[Start of section]

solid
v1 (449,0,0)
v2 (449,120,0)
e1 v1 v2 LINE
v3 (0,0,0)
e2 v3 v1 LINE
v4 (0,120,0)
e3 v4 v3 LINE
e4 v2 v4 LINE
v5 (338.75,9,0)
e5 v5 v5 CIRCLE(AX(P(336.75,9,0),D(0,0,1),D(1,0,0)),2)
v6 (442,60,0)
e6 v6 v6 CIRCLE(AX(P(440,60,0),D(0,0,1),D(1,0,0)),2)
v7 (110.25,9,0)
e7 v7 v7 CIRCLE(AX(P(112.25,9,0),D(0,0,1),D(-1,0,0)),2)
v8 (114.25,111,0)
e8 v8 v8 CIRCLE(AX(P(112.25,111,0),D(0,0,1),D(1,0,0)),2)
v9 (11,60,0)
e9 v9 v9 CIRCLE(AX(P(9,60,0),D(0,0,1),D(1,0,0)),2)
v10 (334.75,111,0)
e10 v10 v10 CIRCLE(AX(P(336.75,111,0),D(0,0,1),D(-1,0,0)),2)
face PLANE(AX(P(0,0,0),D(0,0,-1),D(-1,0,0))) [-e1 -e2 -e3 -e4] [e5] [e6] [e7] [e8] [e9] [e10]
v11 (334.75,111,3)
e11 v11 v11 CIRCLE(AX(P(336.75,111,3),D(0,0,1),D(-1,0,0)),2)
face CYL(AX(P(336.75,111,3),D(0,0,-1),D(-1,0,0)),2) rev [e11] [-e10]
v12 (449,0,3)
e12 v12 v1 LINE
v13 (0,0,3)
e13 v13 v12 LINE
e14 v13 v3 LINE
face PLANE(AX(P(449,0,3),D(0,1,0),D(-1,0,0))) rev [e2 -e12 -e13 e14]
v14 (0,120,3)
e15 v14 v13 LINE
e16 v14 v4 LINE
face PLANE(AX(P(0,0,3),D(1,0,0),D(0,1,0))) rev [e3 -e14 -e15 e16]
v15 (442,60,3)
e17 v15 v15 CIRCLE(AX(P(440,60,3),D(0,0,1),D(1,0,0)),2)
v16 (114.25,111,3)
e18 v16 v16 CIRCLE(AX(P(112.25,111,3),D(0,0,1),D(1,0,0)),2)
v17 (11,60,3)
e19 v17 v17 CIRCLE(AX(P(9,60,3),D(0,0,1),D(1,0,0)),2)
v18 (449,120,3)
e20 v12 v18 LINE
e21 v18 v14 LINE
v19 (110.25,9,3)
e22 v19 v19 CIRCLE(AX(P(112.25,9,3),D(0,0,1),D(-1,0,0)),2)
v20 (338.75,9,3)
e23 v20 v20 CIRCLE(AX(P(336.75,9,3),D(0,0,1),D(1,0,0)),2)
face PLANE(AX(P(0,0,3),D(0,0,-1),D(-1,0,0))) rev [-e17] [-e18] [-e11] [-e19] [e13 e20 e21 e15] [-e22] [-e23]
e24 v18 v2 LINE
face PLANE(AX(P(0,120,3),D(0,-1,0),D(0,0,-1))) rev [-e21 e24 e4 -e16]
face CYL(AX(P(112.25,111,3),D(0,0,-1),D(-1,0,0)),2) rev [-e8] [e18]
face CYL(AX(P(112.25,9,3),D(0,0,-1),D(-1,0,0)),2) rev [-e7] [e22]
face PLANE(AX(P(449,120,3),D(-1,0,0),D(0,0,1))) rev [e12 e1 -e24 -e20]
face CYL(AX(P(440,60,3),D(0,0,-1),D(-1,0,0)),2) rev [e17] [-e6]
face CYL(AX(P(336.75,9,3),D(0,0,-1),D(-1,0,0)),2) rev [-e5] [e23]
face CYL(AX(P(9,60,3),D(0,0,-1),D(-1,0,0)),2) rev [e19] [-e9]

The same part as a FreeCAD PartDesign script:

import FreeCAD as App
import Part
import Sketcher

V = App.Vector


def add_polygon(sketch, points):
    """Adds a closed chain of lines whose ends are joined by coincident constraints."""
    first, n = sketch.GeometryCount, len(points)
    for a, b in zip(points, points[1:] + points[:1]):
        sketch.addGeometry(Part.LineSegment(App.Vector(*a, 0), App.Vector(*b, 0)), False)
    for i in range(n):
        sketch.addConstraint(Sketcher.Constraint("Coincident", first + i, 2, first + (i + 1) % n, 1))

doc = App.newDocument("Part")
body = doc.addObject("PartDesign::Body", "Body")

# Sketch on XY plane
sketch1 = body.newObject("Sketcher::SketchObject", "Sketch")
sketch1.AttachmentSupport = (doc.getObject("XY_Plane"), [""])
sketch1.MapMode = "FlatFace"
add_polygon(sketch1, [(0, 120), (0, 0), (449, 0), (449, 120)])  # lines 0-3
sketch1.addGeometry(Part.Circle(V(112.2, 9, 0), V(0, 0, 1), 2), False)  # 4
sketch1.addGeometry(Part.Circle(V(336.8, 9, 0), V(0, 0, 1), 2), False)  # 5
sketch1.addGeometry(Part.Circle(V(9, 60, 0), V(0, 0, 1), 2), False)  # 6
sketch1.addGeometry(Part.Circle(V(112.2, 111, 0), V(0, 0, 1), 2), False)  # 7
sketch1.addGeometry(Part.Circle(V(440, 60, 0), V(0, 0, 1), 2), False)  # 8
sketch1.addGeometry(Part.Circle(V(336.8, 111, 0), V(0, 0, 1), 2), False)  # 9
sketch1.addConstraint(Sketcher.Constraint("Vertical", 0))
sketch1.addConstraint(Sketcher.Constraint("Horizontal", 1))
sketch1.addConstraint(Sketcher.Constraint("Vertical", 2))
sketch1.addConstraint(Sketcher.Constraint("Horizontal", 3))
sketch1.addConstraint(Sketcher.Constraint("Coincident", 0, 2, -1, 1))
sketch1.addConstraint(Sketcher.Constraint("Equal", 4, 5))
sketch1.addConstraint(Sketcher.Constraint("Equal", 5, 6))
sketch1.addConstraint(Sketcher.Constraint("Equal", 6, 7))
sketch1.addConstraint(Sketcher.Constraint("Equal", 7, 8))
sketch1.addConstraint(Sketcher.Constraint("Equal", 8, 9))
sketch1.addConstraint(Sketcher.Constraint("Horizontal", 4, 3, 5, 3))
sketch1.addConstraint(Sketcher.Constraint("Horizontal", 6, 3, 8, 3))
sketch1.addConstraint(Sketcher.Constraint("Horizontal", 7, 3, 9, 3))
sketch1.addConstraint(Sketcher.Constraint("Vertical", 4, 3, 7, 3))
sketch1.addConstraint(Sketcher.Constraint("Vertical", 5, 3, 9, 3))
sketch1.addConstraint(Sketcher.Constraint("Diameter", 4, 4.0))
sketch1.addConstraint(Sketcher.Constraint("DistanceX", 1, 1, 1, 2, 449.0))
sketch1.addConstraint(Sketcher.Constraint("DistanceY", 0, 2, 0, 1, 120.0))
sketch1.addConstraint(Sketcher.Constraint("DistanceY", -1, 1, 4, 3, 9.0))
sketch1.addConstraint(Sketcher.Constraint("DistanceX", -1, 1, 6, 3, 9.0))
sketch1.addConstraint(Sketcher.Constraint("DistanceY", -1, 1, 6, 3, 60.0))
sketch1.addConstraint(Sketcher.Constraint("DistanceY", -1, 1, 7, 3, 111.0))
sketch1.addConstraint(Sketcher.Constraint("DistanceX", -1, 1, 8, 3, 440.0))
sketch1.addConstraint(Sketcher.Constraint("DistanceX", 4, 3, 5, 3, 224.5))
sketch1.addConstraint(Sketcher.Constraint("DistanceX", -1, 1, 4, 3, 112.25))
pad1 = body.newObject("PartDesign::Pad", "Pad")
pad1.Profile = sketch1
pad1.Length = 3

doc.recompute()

[End of section]

- _Try it_: Please reproduce exactly the lines in the listing above from the one containing "e9 v9 v9 CIRCLE(AX(P(9,60,0),D(0,0,1),D(1,0,0)),2)" through the one containing "v12 (449,0,3)", both included, and nothing more.

- _Answer below_:
e9 v9 v9 CIRCLE(AX(P(9,60,0),D(0,0,1),D(1,0,0)),2)
v10 (334.75,111,0)
e10 v10 v10 CIRCLE(AX(P(336.75,111,0),D(0,0,1),D(-1,0,0)),2)
face PLANE(AX(P(0,0,0),D(0,0,-1),D(-1,0,0))) [-e1 -e2 -e3 -e4] [e5] [e6] [e7] [e8] [e9] [e10]
v11 (334.75,111,3)
e11 v11 v11 CIRCLE(AX(P(336.75,111,3),D(0,0,1),D(-1,0,0)),2)
face CYL(AX(P(336.75,111,3),D(0,0,-1),D(-1,0,0)),2) rev [e11] [-e10]
v12 (449,0,3)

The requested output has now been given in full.